What shoes should older adults be wearing?
What’s an appropriate heel drop?
How wide should the toe box be?
What about barefoot shoes for older adults?
These are all very common questions that we see in clinical practice, especially as the evidence & properties of footwear continue to evolve. Let’s take a deep dive into what the current evidence says about shoes for older adults.
Current Evidence-Based Shoe Recommendations for Older Adults
Jellema et al, 2019 provided a really nice systematic review looking at what we should look for in a shoe for older adults:
- Good Fixation – A good lacing system that secures the foot to the shoe.
- Firm, Supportive Heel Counter – This keeps the heel snug in the shoe and limits excessive movement.
- 10 deg beveled heel – A slight upward slop of the heel makes for a smoother initial contact when the heel contacts the ground.
- <10mm Heel Drop – Keeping the heel drop <10mm prevents the center of mass from getting shifted too far anteriorly and allows people to lose most, if not all, of their available ankle dorsiflexion.
- Firm midfoot – A firm midfoot provides support to the midfoot which is a desirable thing for many older adults.
- Slip-resistance, multi-directional tread – Key here being multi-directional tread to allow traction in multiple directions.
- 10-15 deg rocker angle – A rocker angle, upwards slope towards the toe, helps if there is limited big toe extension and allows for a smoother terminal stance during gait.
- Anatomically shaped toe box – This allows the toes to move freely and splay throughout the stance phase.
Should Older Adults Wear Barefoot Style Shoes?
Minimal or barefoot style footwear has seen a recent growth in popularity. With this popularity, we have now started to see its application in the older adult population with promising results.

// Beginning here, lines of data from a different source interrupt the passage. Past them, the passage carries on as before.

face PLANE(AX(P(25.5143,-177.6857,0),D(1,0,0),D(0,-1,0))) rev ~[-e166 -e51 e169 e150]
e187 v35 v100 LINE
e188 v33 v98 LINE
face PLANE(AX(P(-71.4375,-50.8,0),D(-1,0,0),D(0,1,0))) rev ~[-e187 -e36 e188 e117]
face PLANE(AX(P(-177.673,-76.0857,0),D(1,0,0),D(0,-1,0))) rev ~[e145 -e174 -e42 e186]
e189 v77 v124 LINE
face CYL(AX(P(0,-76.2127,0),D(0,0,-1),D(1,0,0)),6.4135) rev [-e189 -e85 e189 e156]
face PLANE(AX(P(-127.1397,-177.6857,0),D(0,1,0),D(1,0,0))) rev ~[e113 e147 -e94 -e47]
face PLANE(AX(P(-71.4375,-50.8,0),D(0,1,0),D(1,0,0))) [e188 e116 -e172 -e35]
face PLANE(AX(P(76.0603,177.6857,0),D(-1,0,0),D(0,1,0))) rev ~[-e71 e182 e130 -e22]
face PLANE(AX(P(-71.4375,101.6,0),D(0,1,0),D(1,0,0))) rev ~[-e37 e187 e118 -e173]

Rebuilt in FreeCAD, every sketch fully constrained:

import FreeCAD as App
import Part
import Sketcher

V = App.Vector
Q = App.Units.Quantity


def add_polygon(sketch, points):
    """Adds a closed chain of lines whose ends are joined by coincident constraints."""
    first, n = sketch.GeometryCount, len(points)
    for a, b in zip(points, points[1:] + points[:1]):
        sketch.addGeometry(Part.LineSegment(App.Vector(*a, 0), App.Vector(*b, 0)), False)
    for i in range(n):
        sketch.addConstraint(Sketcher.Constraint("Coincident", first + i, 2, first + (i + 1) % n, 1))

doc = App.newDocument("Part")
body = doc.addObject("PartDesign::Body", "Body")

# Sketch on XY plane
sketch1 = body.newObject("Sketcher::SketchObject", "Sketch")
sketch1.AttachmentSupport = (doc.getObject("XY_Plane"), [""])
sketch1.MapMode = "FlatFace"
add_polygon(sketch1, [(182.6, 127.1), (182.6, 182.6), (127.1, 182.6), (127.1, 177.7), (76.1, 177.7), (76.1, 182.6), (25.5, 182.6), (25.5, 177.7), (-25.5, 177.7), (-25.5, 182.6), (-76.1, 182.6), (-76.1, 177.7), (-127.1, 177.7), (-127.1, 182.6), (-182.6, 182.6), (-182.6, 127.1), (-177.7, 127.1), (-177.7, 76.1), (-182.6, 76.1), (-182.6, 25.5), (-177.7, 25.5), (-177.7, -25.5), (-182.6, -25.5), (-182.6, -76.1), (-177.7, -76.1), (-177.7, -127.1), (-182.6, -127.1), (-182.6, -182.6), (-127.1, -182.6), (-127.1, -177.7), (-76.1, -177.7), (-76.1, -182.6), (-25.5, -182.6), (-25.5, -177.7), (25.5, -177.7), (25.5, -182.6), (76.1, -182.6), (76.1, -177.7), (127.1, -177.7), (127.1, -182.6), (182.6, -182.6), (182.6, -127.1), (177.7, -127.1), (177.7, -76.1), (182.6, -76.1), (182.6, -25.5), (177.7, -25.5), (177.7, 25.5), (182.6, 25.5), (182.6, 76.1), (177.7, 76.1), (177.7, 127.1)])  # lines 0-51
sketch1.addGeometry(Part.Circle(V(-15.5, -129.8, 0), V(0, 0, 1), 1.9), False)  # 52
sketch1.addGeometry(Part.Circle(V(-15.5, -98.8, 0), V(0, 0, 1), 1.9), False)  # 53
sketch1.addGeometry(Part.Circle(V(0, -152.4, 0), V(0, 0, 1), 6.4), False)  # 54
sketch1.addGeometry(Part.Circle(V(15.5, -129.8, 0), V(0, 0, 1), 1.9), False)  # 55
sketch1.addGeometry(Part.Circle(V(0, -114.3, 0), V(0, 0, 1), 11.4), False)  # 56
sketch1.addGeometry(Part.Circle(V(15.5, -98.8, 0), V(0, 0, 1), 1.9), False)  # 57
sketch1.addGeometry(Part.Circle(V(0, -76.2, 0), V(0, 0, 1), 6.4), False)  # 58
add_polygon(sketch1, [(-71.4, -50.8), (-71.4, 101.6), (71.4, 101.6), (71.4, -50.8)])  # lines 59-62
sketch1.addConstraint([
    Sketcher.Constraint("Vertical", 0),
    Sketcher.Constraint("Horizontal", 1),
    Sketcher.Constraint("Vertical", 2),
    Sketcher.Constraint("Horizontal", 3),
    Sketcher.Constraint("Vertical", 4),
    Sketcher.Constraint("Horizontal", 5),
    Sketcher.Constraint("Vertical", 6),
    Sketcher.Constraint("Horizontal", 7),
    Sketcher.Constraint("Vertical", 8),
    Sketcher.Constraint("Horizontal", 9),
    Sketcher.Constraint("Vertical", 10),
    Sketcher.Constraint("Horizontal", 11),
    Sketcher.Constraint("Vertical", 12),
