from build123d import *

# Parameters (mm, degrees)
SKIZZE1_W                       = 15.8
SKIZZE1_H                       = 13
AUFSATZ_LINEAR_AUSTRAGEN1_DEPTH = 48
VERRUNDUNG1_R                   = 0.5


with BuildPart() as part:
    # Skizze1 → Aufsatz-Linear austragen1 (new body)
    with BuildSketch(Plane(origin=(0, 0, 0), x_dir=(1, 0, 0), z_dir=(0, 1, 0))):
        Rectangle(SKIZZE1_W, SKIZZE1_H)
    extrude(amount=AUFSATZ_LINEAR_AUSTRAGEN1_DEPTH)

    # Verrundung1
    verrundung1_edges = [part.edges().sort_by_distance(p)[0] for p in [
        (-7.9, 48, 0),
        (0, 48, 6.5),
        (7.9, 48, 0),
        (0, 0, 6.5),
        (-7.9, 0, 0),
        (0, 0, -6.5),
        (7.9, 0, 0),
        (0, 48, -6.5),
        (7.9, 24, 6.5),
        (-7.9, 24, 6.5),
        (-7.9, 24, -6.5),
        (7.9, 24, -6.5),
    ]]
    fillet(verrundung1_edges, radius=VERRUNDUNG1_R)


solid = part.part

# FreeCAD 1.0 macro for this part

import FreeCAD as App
import Part
import Sketcher
Q = App.Units.Quantity


def add_polygon(sketch, points):
    """Adds a closed chain of lines whose ends are joined by coincident constraints."""
    first, n = sketch.GeometryCount, len(points)
    for a, b in zip(points, points[1:] + points[:1]):
        sketch.addGeometry(Part.LineSegment(App.Vector(*a, 0), App.Vector(*b, 0)), False)
    for i in range(n):
        sketch.addConstraint(Sketcher.Constraint("Coincident", first + i, 2, first + (i + 1) % n, 1))

doc = App.newDocument("Part")
body = doc.addObject("PartDesign::Body", "Body")

# Sketch on XZ plane
sketch1 = doc.addObject("Sketcher::SketchObject", "Sketch")
body.addObject(sketch1)
sketch1.AttachmentSupport = (doc.XZ_Plane, [""])
sketch1.MapMode = "FlatFace"
add_polygon(sketch1, [(-8, -6), (-8, 6), (8, 6), (8, -6)])  # lines 0-3
sketch1.addConstraint([
    Sketcher.Constraint("Vertical", 0),
    Sketcher.Constraint("Horizontal", 1),
    Sketcher.Constraint("Vertical", 2),
    Sketcher.Constraint("Horizontal", 3),
    Sketcher.Constraint("Symmetric", 0, 2, 2, 2, -1, 1),
    Sketcher.Constraint("DistanceY", 0, 1, 0, 2, Q("13 mm")),
    Sketcher.Constraint("DistanceX", 1, 1, 1, 2, Q("15.8 mm")),
])
pad1 = doc.addObject("PartDesign::Pad", "Pad")
body.addObject(pad1)
pad1.Profile = sketch1
pad1.Length = 48
pad1.Reversed = True
doc.recompute()

fillet = doc.addObject("PartDesign::Fillet", "Fillet")
body.addObject(fillet)
fillet.Base = (pad1, ["Edge1"])
fillet.UseAllEdges = True
fillet.Radius = 0.5

doc.recompute()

Ren et al., 2022 showed that barefoot shoe wearers demonstrated a faster swing phase which can result in an increased capacity to recover from a perturbation. Cudejko et al., 2020 showed that the use of a barefoot style shoe increased postural stability during gait.
These findings only showed slightly better results compared to individuals who were wearing traditional shoes. We feel that the main takeaway from this early research is that a barefoot style shoe can be a good option for many older adults and may actually be advantageous.
What should we be looking for when recommending a barefoot style shoe? We encourage clinicians to think about three main things if/when recommending barefoot style shoes. These are not hard stops but things to consider when making recommendations:
1. Do they have PROTECTIVE SENSATION?
Barefoot style shoes, with their minimal stack height, will help you feel every pebble you step on. This is a great thing unless you’ve lost your protective sensation (ie. Peripheral neuropathy).
2. Do they have at least 45 DEG OF BIG TOE EXTENSION?
Barefoot style shoes have no rocker angles (upward slope towards toes) so they’ll ask more of the big toe during several activities like terminal stance in gait, walking uphill, lunging, etc. If people don’t have this range, then they typically alter their mechanics like shortening their stride length. This isn’t necessarily a bad thing but something that we need to be aware of.
3. Do they have at least 10 DEG OF ANKLE DORSIFLEXION?
The zero drop (no difference in sole thickness from the heel to the forefoot) will ask more of the ankle, in activities like terminal stance in gait, walking uphill, squats, lunges, etc. Similar to the lack of big toe extension, this can result in an alteration of gait mechanics such as shortening of stride length. Not bad in & of itself, but we need to be aware.
We have enough evidence at this point to make some solid shoe recommendations for our older adult clients. This is an area we cannot neglect and can have a huge impact in their lives!